Une récente poussée des touristes du Moyen-Orient, ainsi que des visiteurs américains soutenus par la force du dollar, a aidé à remplir les magasins. Eduardo Santander, PDG de la Commission européenne du tourisme, a déclaré que le manque de touristes chinois a laissé aux nombreux détaillants de luxe qui en dépendaient fortement « un énorme sentiment de perte », mais qu’il a suscité « un énorme effort de diversification ».
Les détaillants ont personnalisé leurs services. Pendant les fermetures de Covid en Europe, les vendeurs ont contacté les clients via WhatsApp pour leur faire des recommandations sur mesure. Berg voit un « retour possible à la vieille idée du service et de la gestion des magasins des années 1990, le petit livre noir avec toutes les adresses et préférences des clients dedans ».
« Vous devez faire beaucoup plus pour attirer les clients locaux », a déclaré Berg. « Ils peuvent revenir, ils ont plus de temps à consacrer, par rapport à un client international qui était déterminé et direct. »
Zhou a déclaré que les acheteurs locaux aux Galeries Lafayette étaient « soucieux du détail ». « Les touristes chinois sont plus insouciants dans leurs achats », a-t-elle déclaré.
Les analystes du secteur s’attendent à ce que les dépenses touristiques chinoises reviennent aux niveaux d’avant la crise d’ici 2025, mais ces prévisions dépendent d’un assouplissement de l’engagement de Pékin à l’égard de sa politique dure du « zéro-covid ».
Et il est peu probable que les acheteurs chinois soient une force aussi dominante dans les rues commerçantes européennes qu’ils l’étaient en 2019. Au lieu de cela, une grande partie de leur pouvoir d’achat semble devoir rester à la maison.

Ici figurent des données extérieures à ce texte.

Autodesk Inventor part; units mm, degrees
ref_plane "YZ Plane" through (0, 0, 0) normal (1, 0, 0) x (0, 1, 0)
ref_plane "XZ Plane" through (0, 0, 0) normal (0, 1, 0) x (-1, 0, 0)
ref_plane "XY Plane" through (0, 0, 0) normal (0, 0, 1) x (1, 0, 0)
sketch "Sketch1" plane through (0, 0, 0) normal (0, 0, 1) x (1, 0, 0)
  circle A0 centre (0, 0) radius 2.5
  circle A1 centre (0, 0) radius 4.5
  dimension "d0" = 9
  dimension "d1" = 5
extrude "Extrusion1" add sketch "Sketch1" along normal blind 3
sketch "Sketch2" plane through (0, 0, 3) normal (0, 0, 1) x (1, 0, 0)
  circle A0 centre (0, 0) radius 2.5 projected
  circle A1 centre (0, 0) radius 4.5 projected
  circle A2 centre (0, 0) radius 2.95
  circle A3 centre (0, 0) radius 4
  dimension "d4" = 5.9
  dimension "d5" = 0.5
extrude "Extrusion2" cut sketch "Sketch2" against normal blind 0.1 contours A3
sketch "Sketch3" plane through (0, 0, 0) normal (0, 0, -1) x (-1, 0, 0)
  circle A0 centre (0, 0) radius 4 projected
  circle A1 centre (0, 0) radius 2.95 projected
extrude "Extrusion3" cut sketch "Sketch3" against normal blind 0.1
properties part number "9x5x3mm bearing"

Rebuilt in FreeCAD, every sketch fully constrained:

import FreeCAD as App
import Part
import Sketcher

V = App.Vector
Q = App.Units.Quantity

doc = App.newDocument("Part")
body = doc.addObject("PartDesign::Body", "Body")

# Sketch on XY plane
sketch1 = doc.addObject("Sketcher::SketchObject", "Sketch")
body.addObject(sketch1)
sketch1.AttachmentSupport = (doc.XY_Plane, [""])
sketch1.MapMode = "FlatFace"
sketch1.addGeometry([
    Part.Circle(V(0, 0, 0), V(0, 0, 1), 4.5),
    Part.Circle(V(0, 0, 0), V(0, 0, 1), 2.5),
], False)
sketch1.addConstraint([
    Sketcher.Constraint("Coincident", 0, 3, -1, 1),
    Sketcher.Constraint("Coincident", 1, 3, -1, 1),
    Sketcher.Constraint("Diameter", 0, Q("9 mm")),
    Sketcher.Constraint("Diameter", 1, Q("5 mm")),
])
pad1 = doc.addObject("PartDesign::Pad", "Pad")
body.addObject(pad1)
pad1.Profile = sketch1
pad1.Length = 3

# Sketch on XY plane
sketch2 = doc.addObject("Sketcher::SketchObject", "Sketch001")
body.addObject(sketch2)
sketch2.AttachmentSupport = (doc.XY_Plane, [""])
sketch2.MapMode = "FlatFace"
sketch2.AttachmentOffset = App.Placement(V(0, 0, 3), App.Rotation())
sketch2.addGeometry([
    Part.Circle(V(0, 0, 0), V(0, 0, 1), 4),
    Part.Circle(V(0, 0, 0), V(0, 0, 1), 3),
], False)
sketch2.addConstraint([
    Sketcher.Constraint("Coincident", 0, 3, -1, 1),
    Sketcher.Constraint("Coincident", 1, 3, -1, 1),
    Sketcher.Constraint("Diameter", 1, Q("5.9 mm")),
    Sketcher.Constraint("Diameter", 0, Q("8 mm")),
])
pocket1 = doc.addObject("PartDesign::Pocket", "Pocket")
body.addObject(pocket1)
pocket1.Profile = sketch2
pocket1.Length = 0.1

# Sketch on XY plane
sketch3 = doc.addObject("Sketcher::SketchObject", "Sketch002")
body.addObject(sketch3)
sketch3.AttachmentSupport = (doc.XY_Plane, [""])
sketch3.MapMode = "FlatFace"
sketch3.addGeometry([
    Part.Circle(V(0, 0, 0), V(0, 0, 1), 4),
    Part.Circle(V(0, 0, 0), V(0, 0, 1), 3),
], False)
sketch3.addConstraint([
    Sketcher.Constraint("Coincident", 0, 3, -1, 1),
    Sketcher.Constraint("Coincident", 1, 3, -1, 1),
    Sketcher.Constraint("Diameter", 0, Q("8 mm")),
    Sketcher.Constraint("Diameter", 1, Q("5.9 mm")),
])
pocket2 = doc.addObject("PartDesign::Pocket", "Pocket001")
body.addObject(pocket2)
pocket2.Profile = sketch3
pocket2.Length = 0.1
pocket2.Reversed = True

doc.recompute()
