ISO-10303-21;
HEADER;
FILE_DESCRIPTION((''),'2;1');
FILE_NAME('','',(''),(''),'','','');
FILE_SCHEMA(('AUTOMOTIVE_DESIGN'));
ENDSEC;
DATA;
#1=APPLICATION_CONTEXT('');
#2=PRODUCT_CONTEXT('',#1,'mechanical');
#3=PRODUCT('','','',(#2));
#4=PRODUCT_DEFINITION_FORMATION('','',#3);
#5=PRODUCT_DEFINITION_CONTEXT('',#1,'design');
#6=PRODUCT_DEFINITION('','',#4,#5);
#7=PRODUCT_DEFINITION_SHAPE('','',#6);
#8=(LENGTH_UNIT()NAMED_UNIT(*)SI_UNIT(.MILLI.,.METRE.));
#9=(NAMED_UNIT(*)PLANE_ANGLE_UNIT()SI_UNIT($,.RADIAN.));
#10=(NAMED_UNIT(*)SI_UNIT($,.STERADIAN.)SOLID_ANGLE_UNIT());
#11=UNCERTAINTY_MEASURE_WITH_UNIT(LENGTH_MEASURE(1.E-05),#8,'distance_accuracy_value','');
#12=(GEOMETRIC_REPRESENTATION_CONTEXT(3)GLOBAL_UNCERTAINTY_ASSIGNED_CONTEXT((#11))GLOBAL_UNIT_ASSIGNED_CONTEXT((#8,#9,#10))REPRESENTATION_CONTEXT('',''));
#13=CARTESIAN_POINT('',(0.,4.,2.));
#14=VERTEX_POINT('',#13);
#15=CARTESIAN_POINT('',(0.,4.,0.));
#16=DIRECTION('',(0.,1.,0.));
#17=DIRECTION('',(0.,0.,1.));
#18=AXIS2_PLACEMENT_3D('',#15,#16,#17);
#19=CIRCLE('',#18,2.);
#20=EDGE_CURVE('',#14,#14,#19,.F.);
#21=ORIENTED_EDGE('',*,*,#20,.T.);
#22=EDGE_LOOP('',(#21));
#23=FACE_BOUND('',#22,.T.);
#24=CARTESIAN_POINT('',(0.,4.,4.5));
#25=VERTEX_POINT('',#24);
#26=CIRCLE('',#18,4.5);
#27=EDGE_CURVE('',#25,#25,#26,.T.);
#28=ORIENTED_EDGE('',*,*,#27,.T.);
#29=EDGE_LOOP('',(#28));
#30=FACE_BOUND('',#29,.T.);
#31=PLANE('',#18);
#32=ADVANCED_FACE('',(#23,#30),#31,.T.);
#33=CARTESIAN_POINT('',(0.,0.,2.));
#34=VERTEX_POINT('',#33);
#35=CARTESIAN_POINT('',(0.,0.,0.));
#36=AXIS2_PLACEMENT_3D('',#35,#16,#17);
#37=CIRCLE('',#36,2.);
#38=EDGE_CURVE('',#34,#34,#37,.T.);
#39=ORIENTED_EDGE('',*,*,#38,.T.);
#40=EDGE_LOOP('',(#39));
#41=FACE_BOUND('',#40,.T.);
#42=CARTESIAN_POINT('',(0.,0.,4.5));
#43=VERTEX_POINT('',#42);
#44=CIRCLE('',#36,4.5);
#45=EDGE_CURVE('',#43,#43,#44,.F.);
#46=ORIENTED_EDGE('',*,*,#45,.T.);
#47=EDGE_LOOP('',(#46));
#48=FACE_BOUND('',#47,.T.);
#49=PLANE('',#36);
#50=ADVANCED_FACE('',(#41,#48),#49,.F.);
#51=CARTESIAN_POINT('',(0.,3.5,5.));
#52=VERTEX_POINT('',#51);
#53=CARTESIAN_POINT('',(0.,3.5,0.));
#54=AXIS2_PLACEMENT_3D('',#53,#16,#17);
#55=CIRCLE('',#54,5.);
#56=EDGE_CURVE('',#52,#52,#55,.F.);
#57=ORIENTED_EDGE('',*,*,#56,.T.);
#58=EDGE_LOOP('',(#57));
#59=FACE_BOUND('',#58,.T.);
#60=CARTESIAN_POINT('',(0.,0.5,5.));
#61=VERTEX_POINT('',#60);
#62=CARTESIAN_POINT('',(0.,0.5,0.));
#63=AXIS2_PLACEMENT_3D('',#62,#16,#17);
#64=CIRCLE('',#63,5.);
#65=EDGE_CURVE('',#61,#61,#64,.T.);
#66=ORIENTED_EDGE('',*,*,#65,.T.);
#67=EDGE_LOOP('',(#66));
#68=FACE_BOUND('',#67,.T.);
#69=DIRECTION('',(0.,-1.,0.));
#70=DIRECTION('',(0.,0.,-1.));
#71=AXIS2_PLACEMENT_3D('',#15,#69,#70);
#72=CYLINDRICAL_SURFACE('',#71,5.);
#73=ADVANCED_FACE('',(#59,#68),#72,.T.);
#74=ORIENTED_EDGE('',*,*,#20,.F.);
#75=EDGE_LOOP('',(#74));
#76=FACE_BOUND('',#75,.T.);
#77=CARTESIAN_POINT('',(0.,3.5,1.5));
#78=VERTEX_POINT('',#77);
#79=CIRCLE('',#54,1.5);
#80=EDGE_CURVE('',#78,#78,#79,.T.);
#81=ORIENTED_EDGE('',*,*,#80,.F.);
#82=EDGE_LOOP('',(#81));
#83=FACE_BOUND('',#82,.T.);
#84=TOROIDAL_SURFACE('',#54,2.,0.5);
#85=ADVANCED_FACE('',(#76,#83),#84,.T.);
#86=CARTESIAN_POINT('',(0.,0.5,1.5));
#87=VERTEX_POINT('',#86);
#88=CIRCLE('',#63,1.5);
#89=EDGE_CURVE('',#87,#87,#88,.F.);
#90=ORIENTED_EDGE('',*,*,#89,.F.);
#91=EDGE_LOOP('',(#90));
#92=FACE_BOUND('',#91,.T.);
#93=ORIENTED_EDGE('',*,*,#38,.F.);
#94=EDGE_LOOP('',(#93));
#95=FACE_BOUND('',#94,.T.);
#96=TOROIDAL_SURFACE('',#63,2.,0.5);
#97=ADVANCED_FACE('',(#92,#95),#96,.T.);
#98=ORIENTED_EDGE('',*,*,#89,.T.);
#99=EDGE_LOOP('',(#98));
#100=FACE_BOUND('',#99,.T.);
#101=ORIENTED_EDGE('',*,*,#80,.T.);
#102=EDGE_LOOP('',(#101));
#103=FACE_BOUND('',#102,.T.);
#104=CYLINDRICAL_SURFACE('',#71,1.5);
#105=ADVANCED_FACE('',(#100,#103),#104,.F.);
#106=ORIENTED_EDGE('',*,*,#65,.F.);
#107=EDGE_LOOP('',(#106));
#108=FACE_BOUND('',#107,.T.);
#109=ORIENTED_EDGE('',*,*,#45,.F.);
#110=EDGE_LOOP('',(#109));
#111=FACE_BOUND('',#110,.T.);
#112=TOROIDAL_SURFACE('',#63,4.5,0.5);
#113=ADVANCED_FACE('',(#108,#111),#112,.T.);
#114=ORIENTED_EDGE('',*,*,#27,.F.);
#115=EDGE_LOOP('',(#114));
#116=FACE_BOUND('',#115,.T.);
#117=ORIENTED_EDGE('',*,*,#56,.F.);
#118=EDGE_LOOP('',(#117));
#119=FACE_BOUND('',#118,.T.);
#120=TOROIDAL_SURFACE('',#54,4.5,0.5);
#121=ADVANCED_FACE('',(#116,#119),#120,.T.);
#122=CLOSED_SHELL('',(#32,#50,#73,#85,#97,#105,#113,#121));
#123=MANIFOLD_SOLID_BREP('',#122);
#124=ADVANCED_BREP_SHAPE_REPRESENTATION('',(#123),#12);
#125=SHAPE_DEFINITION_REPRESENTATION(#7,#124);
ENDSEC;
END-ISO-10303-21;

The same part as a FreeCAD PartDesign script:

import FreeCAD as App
import Part
import Sketcher

V = App.Vector


def edges_at(feature, points):
    """Names of the edges that pass closest to the given points."""
    edges = feature.Shape.Edges
    near = lambda p: min(range(len(edges)), key=lambda i: edges[i].distToShape(Part.Vertex(*p))[0])
    return sorted({f"Edge{near(p) + 1}" for p in points})

doc = App.newDocument("Part")
body = doc.addObject("PartDesign::Body", "Body")

# Sketch on XZ plane
sketch1 = doc.addObject("Sketcher::SketchObject", "Sketch")
body.addObject(sketch1)
sketch1.AttachmentSupport = (doc.XZ_Plane, [""])
sketch1.MapMode = "FlatFace"
sketch1.addGeometry(Part.Circle(V(0, 0, 0), V(0, 0, 1), 5), False)
sketch1.addGeometry(Part.Circle(V(0, 0, 0), V(0, 0, 1), 1.5), False)
sketch1.addConstraint(Sketcher.Constraint("Coincident", 0, 3, -1, 1))
sketch1.addConstraint(Sketcher.Constraint("Coincident", 1, 3, -1, 1))
sketch1.addConstraint(Sketcher.Constraint("Diameter", 0, 10.0))
sketch1.addConstraint(Sketcher.Constraint("Diameter", 1, 3.0))
pad1 = doc.addObject("PartDesign::Pad", "Pad")
body.addObject(pad1)
pad1.Profile = sketch1
pad1.Length = 4
pad1.Reversed = True
doc.recompute()

fillet = doc.addObject("PartDesign::Fillet", "Fillet")
body.addObject(fillet)
fillet.Base = (pad1, edges_at(pad1, [(-5, 0, 0), (-5, 4, 0)]))
fillet.Radius = 0.5
doc.recompute()

fillet2 = doc.addObject("PartDesign::Fillet", "Fillet001")
body.addObject(fillet2)
fillet2.Base = (fillet, edges_at(fillet, [(-1.5, 0, 0), (-1.5, 4, 0)]))
fillet2.Radius = 0.5

doc.recompute()
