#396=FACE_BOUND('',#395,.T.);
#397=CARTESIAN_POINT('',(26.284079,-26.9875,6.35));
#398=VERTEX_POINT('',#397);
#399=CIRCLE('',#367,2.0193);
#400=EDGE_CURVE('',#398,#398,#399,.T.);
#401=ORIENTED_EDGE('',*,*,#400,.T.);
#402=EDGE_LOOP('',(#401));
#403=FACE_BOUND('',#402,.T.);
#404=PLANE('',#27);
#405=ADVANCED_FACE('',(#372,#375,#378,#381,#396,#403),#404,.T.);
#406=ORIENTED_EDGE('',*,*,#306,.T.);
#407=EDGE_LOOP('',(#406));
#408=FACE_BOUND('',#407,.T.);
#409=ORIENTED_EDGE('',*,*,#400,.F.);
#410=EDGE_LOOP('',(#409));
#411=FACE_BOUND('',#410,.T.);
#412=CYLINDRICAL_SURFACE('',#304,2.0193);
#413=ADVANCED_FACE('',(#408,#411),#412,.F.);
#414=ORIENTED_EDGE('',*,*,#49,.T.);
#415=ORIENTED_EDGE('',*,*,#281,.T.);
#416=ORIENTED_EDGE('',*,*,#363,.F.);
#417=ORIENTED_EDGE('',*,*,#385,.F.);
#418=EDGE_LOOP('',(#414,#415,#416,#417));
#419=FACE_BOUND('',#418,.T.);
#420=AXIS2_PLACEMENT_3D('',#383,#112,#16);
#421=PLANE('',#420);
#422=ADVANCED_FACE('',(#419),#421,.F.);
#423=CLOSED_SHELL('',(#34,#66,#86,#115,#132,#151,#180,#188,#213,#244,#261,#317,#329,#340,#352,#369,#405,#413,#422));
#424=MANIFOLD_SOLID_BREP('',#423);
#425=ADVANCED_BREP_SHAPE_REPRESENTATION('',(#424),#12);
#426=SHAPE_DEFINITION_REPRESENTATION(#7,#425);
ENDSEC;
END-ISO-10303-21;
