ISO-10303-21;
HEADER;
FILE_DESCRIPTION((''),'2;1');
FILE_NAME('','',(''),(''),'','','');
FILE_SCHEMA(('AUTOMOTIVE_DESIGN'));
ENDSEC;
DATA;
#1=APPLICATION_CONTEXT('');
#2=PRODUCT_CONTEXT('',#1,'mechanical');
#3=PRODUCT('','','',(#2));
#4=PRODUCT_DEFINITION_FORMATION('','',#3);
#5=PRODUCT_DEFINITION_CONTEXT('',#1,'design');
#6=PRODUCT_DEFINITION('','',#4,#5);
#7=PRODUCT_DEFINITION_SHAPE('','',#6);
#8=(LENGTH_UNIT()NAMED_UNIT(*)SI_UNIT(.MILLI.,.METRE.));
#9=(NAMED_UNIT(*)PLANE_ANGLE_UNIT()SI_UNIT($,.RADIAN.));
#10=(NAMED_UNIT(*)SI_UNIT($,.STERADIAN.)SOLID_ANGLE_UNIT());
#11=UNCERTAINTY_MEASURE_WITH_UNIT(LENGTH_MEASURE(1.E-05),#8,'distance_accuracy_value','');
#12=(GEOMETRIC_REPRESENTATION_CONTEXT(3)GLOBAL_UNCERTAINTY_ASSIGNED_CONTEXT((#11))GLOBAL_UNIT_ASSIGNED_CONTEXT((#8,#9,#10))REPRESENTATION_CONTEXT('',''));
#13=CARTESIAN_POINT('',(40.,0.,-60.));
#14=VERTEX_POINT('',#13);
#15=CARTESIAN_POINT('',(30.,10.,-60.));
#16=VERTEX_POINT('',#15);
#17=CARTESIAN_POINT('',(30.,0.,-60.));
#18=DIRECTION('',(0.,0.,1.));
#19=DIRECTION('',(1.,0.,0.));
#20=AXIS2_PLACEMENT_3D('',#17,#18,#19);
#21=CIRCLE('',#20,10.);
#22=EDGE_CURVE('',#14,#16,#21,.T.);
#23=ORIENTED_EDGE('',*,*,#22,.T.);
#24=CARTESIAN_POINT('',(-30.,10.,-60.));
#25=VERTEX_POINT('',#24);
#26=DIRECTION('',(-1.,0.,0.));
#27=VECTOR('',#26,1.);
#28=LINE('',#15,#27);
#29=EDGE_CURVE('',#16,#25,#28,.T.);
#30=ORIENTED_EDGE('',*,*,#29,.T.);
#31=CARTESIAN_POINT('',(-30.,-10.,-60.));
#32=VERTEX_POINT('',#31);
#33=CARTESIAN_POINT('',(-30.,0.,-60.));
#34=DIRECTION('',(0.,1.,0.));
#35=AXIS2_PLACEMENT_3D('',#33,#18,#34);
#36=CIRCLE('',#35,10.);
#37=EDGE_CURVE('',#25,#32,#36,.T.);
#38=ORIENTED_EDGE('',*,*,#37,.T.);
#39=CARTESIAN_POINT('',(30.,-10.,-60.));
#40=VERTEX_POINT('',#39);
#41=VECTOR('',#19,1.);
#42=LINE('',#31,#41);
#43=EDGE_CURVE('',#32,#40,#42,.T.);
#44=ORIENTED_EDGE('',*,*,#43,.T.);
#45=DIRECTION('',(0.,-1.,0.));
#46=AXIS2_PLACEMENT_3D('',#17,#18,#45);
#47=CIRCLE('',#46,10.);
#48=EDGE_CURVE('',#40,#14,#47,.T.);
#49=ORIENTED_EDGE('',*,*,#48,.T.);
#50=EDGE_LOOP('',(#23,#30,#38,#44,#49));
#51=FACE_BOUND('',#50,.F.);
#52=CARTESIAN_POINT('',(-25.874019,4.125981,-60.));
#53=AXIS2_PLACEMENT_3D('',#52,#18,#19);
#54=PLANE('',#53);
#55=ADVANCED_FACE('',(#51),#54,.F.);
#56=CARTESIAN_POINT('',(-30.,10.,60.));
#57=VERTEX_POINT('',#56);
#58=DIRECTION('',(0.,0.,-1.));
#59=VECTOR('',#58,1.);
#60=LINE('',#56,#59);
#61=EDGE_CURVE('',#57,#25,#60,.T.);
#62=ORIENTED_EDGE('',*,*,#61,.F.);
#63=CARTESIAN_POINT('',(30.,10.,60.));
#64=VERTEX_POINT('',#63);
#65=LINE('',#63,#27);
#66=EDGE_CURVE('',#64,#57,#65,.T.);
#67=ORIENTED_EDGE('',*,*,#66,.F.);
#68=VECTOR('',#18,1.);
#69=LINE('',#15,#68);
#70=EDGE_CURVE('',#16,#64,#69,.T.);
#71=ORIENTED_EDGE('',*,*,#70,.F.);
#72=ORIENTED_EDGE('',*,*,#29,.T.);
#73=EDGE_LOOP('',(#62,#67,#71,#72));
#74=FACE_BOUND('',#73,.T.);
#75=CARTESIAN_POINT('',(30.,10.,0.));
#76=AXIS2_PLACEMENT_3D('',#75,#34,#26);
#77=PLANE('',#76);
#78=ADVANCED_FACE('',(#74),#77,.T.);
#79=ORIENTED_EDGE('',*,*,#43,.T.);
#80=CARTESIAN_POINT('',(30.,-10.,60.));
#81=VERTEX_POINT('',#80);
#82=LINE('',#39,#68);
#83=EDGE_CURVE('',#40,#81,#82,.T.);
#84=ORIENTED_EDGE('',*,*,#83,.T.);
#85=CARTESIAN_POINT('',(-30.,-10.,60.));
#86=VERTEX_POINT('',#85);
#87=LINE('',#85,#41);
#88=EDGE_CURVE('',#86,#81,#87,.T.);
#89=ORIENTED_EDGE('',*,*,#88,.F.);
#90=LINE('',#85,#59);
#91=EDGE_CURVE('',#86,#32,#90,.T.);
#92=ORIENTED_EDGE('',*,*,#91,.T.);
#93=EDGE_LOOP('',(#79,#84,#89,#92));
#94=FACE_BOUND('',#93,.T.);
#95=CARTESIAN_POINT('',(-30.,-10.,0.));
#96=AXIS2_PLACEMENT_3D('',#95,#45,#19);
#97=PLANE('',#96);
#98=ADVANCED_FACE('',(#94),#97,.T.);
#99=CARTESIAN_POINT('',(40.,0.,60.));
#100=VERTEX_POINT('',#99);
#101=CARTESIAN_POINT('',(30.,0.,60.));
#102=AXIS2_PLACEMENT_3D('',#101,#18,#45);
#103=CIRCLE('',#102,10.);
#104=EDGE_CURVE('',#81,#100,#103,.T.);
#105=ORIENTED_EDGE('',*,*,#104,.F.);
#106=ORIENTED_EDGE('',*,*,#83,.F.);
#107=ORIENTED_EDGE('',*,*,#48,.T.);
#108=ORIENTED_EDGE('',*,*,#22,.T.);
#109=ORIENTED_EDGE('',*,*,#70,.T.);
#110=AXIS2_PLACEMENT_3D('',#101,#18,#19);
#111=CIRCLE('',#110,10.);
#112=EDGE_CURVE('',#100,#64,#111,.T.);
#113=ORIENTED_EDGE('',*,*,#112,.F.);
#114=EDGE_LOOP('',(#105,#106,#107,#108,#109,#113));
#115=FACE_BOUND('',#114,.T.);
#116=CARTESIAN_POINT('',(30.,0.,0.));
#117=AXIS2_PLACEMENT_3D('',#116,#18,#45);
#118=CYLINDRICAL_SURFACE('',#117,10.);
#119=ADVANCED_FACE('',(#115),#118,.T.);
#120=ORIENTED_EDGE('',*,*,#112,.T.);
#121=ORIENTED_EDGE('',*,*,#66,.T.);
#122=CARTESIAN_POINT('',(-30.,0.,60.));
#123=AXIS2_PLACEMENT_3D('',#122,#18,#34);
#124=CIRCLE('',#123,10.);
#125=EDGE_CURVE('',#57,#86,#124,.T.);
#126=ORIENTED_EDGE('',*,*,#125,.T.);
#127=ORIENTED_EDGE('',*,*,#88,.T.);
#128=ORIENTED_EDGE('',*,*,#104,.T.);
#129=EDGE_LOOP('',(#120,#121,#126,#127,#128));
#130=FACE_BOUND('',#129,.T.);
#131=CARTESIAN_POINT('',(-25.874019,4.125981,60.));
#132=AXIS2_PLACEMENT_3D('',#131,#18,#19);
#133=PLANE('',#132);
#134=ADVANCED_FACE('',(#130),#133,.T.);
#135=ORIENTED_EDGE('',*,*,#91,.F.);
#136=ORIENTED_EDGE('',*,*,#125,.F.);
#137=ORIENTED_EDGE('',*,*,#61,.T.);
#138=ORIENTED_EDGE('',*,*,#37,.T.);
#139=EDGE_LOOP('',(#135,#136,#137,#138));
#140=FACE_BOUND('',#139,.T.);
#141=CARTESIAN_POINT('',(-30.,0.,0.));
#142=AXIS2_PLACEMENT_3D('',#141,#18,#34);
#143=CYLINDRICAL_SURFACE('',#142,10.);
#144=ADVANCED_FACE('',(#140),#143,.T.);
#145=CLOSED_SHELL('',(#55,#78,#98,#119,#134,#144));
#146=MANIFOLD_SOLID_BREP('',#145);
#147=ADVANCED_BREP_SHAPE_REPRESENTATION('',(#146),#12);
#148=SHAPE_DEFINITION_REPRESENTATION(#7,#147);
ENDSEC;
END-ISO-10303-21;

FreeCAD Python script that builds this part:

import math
import FreeCAD as App
import Part
import Sketcher
from FreeCAD import Vector

doc = App.newDocument("Part")
body = doc.addObject("PartDesign::Body", "Body")

sketch1 = doc.addObject("Sketcher::SketchObject", "Sketch")
body.addObject(sketch1)
sketch1.AttachmentSupport = (doc.XY_Plane, [""])
sketch1.MapMode = "FlatFace"
sketch1.addGeometry([
    Part.LineSegment(Vector(-30, -10, 0), Vector(30, -10, 0)),
    Part.ArcOfCircle(Part.Circle(Vector(30, 0, 0), Vector(0, 0, 1), 10), math.radians(-90), math.radians(0)),
    Part.ArcOfCircle(Part.Circle(Vector(30, 0, 0), Vector(0, 0, 1), 10), math.radians(0), math.radians(90)),
    Part.LineSegment(Vector(30, 10, 0), Vector(-30, 10, 0)),
    Part.ArcOfCircle(Part.Circle(Vector(-30, 0, 0), Vector(0, 0, 1), 10), math.radians(90), math.radians(270)),
], False)
sketch1.addConstraint([
    Sketcher.Constraint("Tangent", 0, 2, 1, 1),
    Sketcher.Constraint("Tangent", 1, 2, 2, 1),
    Sketcher.Constraint("Tangent", 2, 2, 3, 1),
    Sketcher.Constraint("Tangent", 3, 2, 4, 1),
    Sketcher.Constraint("Tangent", 4, 2, 0, 1),
    Sketcher.Constraint("Horizontal", 0),
    Sketcher.Constraint("Horizontal", 3),
    Sketcher.Constraint("Equal", 1, 2),
    Sketcher.Constraint("Symmetric", 1, 3, 4, 3, -1, 1),
    Sketcher.Constraint("PointOnObject", 1, 2, -1),
    Sketcher.Constraint("Radius", 1, 10.0),
    Sketcher.Constraint("DistanceX", 0, 1, 0, 2, 60.0),
])
pad1 = doc.addObject("PartDesign::Pad", "Pad")
body.addObject(pad1)
pad1.Profile = sketch1
pad1.Length = 120
pad1.Midplane = True

doc.recompute()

Pendant la pandémie, les achats de luxe des consommateurs chinois ont basculé de 70 % à l’étranger à 70 % en Chine, selon Yaok Group, une société de conseil en style de vie haut de gamme basée à Shanghai.
« Après Covid, nous prévoyons que les armées de touristes reviendront, avec un rebond des ‘dépenses de vengeance' », a déclaré Ting Zhou, fondateur de Yaok Group. « Mais à long terme, cela ne reviendra pas à 70-30. Plutôt 60-40. »
Pour s’adapter, les détaillants de luxe étendent leur présence locale en Chine.
« La prochaine étape consiste à creuser dans les villes de rang suivant, en dehors de Pékin et de Shanghai », a déclaré Zhou. Après avoir fermé une annexe parisienne construite pour les acheteurs chinois, les Galeries Lafayette prévoient d’ouvrir leur premier magasin à Shenzhen en 2023.
Les ventes au détail en Chine ont chuté au deuxième trimestre de cette année en raison d’une série de fermetures brutales à Shanghai et à Pékin. Mais à moyen terme, les prévisions montrent que la domination globale des consommateurs chinois sur le marché mondial du luxe s’accroît.
En 2020, la Chine continentale était le seul marché du luxe au monde à connaître une croissance annuelle, selon Bain. Et la part des ventes mondiales réalisées auprès des ressortissants chinois a atteint 46 % en 2021, a déclaré M. Zhou. « Dans leur cœur, la Chine est le marché que les groupes de luxe ne lâcheront pas », a-t-elle ajouté.